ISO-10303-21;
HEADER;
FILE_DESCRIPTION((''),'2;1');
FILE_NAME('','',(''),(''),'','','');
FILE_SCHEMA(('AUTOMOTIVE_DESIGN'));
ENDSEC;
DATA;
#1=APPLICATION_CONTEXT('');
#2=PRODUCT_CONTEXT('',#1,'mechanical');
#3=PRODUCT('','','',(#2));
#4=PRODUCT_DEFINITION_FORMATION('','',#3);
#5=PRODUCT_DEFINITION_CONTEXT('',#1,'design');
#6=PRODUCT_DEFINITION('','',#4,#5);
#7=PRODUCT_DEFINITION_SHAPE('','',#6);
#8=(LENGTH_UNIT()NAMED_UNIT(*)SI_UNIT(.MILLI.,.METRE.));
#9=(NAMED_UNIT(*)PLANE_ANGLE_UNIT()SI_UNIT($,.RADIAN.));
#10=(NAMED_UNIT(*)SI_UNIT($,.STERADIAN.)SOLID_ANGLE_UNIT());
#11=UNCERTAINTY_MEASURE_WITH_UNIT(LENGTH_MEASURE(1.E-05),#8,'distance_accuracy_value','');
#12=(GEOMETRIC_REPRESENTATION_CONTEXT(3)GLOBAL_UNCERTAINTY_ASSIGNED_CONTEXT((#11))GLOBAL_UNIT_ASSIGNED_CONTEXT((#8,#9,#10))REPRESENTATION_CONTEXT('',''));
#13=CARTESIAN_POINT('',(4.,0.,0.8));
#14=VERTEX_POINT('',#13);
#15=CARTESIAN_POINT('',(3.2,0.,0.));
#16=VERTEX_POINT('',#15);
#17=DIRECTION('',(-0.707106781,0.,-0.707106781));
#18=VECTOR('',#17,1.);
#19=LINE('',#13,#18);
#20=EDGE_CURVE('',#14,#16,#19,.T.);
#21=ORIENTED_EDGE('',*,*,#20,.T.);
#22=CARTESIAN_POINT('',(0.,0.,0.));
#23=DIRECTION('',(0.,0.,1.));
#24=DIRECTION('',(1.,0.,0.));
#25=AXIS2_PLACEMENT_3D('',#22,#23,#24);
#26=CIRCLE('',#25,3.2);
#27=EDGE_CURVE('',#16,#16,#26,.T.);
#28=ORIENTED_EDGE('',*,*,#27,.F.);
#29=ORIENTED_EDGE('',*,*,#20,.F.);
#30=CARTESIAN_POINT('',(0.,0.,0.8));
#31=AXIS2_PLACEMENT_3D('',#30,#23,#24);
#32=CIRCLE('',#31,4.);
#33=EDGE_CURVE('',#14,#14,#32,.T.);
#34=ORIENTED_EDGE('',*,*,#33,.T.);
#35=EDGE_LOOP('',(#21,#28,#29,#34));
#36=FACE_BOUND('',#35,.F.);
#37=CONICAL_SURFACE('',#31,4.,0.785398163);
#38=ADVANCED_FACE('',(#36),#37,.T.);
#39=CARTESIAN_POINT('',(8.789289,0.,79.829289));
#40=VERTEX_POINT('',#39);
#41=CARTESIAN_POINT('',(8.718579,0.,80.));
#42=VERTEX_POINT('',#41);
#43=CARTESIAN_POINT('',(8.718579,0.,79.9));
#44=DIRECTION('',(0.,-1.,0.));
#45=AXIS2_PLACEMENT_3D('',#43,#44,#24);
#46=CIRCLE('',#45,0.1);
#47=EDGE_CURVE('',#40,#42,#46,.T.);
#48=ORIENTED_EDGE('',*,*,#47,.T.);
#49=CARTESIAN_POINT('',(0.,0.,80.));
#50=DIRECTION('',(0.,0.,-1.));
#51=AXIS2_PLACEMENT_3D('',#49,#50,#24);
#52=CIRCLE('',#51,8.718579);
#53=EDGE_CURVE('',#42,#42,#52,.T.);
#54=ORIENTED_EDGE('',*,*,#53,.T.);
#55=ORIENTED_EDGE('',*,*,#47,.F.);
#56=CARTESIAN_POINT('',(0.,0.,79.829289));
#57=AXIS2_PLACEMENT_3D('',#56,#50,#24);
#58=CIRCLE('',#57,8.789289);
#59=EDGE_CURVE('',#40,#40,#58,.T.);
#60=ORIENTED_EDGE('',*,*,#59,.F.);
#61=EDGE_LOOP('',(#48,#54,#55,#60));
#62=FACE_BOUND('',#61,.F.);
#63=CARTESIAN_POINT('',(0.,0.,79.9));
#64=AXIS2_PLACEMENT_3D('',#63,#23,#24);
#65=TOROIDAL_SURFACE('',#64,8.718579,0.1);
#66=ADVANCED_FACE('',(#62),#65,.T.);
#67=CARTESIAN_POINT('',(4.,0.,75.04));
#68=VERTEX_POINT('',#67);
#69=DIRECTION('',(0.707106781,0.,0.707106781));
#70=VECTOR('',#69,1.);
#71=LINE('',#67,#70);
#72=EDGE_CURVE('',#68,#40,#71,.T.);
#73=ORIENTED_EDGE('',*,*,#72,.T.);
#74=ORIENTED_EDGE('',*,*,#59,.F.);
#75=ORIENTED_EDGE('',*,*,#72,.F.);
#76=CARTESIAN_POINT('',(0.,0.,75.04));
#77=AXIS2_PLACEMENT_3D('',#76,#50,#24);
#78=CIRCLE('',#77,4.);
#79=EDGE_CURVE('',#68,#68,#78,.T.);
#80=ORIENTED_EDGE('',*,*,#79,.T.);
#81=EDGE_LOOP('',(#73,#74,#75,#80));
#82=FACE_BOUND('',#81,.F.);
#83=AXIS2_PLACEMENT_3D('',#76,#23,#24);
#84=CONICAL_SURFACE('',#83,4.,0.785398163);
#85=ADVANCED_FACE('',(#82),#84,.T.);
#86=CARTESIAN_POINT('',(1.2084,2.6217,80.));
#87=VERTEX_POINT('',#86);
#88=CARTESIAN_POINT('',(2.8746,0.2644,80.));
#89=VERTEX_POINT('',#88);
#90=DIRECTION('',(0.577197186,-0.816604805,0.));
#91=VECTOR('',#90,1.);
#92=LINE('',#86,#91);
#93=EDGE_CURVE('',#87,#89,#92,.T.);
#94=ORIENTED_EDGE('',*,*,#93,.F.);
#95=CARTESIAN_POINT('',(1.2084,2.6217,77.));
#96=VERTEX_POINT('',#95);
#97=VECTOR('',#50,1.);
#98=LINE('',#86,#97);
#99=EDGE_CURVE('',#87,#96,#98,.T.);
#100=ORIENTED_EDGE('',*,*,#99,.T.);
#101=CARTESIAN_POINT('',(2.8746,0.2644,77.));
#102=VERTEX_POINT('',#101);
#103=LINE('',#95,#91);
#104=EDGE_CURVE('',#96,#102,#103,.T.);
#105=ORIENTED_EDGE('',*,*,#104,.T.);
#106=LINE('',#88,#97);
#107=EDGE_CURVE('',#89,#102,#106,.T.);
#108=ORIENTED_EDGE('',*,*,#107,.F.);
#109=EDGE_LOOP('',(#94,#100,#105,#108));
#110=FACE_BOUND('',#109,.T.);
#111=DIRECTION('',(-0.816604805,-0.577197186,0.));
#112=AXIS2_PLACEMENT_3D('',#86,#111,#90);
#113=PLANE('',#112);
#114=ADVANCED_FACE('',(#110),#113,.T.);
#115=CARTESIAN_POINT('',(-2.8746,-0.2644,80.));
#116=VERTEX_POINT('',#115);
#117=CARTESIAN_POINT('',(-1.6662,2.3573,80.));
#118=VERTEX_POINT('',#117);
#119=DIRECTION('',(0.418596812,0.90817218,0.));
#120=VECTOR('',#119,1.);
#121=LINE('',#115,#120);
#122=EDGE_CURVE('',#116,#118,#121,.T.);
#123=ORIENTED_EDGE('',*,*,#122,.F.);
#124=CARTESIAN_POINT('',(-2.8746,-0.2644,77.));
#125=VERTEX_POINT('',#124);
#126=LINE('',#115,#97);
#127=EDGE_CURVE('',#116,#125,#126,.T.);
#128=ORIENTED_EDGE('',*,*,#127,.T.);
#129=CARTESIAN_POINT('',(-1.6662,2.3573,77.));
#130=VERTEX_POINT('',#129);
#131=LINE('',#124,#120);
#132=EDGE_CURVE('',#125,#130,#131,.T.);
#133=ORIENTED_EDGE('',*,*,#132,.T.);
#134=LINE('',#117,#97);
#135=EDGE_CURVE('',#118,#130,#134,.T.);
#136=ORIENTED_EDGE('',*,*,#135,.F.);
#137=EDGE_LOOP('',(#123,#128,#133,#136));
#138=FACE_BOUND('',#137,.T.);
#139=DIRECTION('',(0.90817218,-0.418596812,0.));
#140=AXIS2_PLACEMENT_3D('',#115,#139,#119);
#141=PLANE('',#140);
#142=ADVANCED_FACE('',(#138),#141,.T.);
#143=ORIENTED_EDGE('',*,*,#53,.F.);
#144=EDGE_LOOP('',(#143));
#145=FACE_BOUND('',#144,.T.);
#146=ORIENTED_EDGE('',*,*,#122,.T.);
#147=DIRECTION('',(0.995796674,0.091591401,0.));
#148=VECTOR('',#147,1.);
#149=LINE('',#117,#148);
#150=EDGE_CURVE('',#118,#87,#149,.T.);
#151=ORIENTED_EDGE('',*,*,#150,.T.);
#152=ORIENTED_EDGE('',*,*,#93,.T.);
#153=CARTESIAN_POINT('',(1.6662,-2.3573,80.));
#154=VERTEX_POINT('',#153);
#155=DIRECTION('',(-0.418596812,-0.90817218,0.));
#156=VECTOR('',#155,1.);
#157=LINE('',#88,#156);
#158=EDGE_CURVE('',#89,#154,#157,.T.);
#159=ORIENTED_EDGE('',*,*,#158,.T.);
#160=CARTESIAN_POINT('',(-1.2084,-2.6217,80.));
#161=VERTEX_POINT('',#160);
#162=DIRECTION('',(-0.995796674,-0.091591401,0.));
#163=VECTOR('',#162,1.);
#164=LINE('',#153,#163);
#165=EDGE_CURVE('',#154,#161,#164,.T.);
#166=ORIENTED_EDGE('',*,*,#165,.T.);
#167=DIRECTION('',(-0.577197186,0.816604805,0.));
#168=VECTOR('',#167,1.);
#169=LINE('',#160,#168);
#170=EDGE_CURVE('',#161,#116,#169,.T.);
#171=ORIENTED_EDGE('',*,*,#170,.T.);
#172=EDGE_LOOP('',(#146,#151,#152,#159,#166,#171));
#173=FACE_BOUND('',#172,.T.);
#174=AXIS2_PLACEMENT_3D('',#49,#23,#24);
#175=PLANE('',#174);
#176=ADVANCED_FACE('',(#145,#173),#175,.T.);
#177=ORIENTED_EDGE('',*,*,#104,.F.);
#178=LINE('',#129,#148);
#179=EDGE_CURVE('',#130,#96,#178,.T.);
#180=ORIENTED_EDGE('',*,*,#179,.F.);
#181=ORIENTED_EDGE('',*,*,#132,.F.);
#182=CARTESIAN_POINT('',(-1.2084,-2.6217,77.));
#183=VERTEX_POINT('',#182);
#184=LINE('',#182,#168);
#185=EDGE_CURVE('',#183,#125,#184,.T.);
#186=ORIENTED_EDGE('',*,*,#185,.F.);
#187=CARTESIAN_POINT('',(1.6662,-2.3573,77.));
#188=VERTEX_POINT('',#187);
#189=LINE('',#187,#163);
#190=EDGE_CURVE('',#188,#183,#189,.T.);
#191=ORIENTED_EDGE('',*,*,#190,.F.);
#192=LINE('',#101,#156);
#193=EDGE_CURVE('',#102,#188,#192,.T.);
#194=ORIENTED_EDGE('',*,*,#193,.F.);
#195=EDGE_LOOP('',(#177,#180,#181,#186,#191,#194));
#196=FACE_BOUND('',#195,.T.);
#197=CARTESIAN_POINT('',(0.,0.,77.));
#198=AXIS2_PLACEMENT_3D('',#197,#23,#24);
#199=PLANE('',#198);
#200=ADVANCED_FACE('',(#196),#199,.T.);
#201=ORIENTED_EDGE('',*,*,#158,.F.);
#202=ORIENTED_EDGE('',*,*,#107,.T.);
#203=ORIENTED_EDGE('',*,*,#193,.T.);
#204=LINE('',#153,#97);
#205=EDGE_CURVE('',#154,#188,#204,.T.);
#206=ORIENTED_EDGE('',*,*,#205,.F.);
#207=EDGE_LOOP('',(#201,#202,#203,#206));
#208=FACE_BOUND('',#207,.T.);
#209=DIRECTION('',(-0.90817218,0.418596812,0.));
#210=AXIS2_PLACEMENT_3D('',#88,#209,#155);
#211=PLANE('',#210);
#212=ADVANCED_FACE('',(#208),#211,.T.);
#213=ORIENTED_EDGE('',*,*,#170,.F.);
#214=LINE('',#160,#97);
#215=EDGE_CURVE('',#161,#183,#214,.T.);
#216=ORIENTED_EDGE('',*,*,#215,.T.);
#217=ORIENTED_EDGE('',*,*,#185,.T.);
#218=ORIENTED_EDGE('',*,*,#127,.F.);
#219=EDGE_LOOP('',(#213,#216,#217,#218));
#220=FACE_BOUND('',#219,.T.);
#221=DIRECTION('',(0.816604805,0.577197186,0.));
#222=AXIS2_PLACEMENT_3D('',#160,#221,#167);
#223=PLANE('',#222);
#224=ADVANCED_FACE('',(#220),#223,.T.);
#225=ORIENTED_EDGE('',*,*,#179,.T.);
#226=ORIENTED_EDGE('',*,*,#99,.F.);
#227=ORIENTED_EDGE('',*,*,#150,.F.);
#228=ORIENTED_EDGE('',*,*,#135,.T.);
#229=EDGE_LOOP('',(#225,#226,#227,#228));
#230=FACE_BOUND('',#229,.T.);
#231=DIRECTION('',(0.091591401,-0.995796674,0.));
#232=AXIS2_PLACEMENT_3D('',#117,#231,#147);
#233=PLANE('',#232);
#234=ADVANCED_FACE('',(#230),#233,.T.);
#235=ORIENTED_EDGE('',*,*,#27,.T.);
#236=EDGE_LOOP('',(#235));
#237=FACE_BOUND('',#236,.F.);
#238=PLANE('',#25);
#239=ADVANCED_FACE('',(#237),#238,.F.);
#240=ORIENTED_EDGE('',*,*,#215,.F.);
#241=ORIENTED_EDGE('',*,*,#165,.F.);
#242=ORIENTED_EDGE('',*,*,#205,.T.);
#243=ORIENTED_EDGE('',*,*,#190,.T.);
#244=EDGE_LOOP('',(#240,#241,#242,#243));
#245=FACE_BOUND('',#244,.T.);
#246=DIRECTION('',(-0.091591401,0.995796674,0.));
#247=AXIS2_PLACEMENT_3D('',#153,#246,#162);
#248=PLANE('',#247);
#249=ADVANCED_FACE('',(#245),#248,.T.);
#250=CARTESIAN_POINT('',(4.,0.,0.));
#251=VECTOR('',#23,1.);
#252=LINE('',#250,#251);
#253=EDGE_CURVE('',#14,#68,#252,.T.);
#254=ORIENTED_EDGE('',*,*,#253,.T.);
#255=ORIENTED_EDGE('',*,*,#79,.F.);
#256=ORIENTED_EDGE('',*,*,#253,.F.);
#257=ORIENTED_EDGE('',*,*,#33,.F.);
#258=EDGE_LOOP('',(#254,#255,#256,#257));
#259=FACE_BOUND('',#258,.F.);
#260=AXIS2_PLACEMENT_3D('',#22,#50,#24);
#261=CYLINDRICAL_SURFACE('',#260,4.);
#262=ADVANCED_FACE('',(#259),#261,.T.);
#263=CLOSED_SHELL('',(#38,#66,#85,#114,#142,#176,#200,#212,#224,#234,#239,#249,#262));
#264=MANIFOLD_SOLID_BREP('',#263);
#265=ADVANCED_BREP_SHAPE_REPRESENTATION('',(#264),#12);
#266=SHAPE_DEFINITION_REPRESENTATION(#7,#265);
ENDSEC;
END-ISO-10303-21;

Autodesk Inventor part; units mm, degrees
ref_plane "YZ Plane" through (0, 0, 0) normal (1, 0, 0) x (0, 1, 0)
ref_plane "XZ Plane" through (0, 0, 0) normal (0, 1, 0) x (-1, 0, 0)
ref_plane "XY Plane" through (0, 0, 0) normal (0, 0, 1) x (1, 0, 0)
sketch "Sketch1" plane through (0, 0, 0) normal (0, 0, 1) x (1, 0, 0)
  circle A0 centre (0, 0) radius 4
  dimension "Diameter" = 8
extrude "Extrusion1" add sketch "Sketch1" along normal blind 75.04
sketch "Sketch2" plane through (0, 0, 75.04) normal (0, 0, 1) x (1, 0, 0)
  circle A0 centre (0, 0) radius 4 projected
extrude "Extrusion2" add sketch "Sketch2" along normal blind 4.96 draft 45
sketch "Sketch3" plane through (0, 0, 80) normal (0, 0, 1) x (1, 0, 0)
  circle A0 centre (0, 0) radius 8.96 projected
  circle A1 centre (0, 0) radius 2.8868 construction
  line L0 (1.2084, 2.6217) -> (2.8746, 0.2644)
  line L1 (2.8746, 0.2644) -> (1.6662, -2.3573)
  line L2 (1.6662, -2.3573) -> (-1.2084, -2.6217)
  line L3 (-1.2084, -2.6217) -> (-2.8746, -0.2644)
  line L4 (-2.8746, -0.2644) -> (-1.6662, 2.3573)
  line L5 (-1.6662, 2.3573) -> (1.2084, 2.6217)
  dimension "Hex_Width" = 5
extrude "Extrusion3" cut sketch "Sketch3" against normal blind 3 contours L0 L1 L2 L3 L4 L5
thread "Thread1" size "M8x1.25" class "4g6g" standard "ANSI Metric M Profile" length 45
chamfer "Chamfer2" distance 0.8 angle 45 1 edges at (-4, 0, 0)
fillet "Fillet1" radius 0.1 1 edges at (-8.96, 0, 80)
equation "\"d10\" = Thread_Length"
equation "\"d13\" = Chamfer"
equation "\"Thread_Length\" = 45"
equation "\"Chamfer\" = 0.8"
properties part number "SCREW,FLAT HD,P, 5,M8X1.25X80MM"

= Work to complete =
Everything from the line with "#110=FACE_BOUND('',#109,.T.);" through the line with "#152=ORIENTED_EDGE('',*,*,#93,.T.);" should be written out exactly as it appears above, end lines included, and nothing outside that range.

= Answer to this problem =
#110=FACE_BOUND('',#109,.T.);
#111=DIRECTION('',(-0.816604805,-0.577197186,0.));
#112=AXIS2_PLACEMENT_3D('',#86,#111,#90);
#113=PLANE('',#112);
#114=ADVANCED_FACE('',(#110),#113,.T.);
#115=CARTESIAN_POINT('',(-2.8746,-0.2644,80.));
#116=VERTEX_POINT('',#115);
#117=CARTESIAN_POINT('',(-1.6662,2.3573,80.));
#118=VERTEX_POINT('',#117);
#119=DIRECTION('',(0.418596812,0.90817218,0.));
#120=VECTOR('',#119,1.);
#121=LINE('',#115,#120);
#122=EDGE_CURVE('',#116,#118,#121,.T.);
#123=ORIENTED_EDGE('',*,*,#122,.F.);
#124=CARTESIAN_POINT('',(-2.8746,-0.2644,77.));
#125=VERTEX_POINT('',#124);
#126=LINE('',#115,#97);
#127=EDGE_CURVE('',#116,#125,#126,.T.);
#128=ORIENTED_EDGE('',*,*,#127,.T.);
#129=CARTESIAN_POINT('',(-1.6662,2.3573,77.));
#130=VERTEX_POINT('',#129);
#131=LINE('',#124,#120);
#132=EDGE_CURVE('',#125,#130,#131,.T.);
#133=ORIENTED_EDGE('',*,*,#132,.T.);
#134=LINE('',#117,#97);
#135=EDGE_CURVE('',#118,#130,#134,.T.);
#136=ORIENTED_EDGE('',*,*,#135,.F.);
#137=EDGE_LOOP('',(#123,#128,#133,#136));
#138=FACE_BOUND('',#137,.T.);
#139=DIRECTION('',(0.90817218,-0.418596812,0.));
#140=AXIS2_PLACEMENT_3D('',#115,#139,#119);
#141=PLANE('',#140);
#142=ADVANCED_FACE('',(#138),#141,.T.);
#143=ORIENTED_EDGE('',*,*,#53,.F.);
#144=EDGE_LOOP('',(#143));
#145=FACE_BOUND('',#144,.T.);
#146=ORIENTED_EDGE('',*,*,#122,.T.);
#147=DIRECTION('',(0.995796674,0.091591401,0.));
#148=VECTOR('',#147,1.);
#149=LINE('',#117,#148);
#150=EDGE_CURVE('',#118,#87,#149,.T.);
#151=ORIENTED_EDGE('',*,*,#150,.T.);
#152=ORIENTED_EDGE('',*,*,#93,.T.);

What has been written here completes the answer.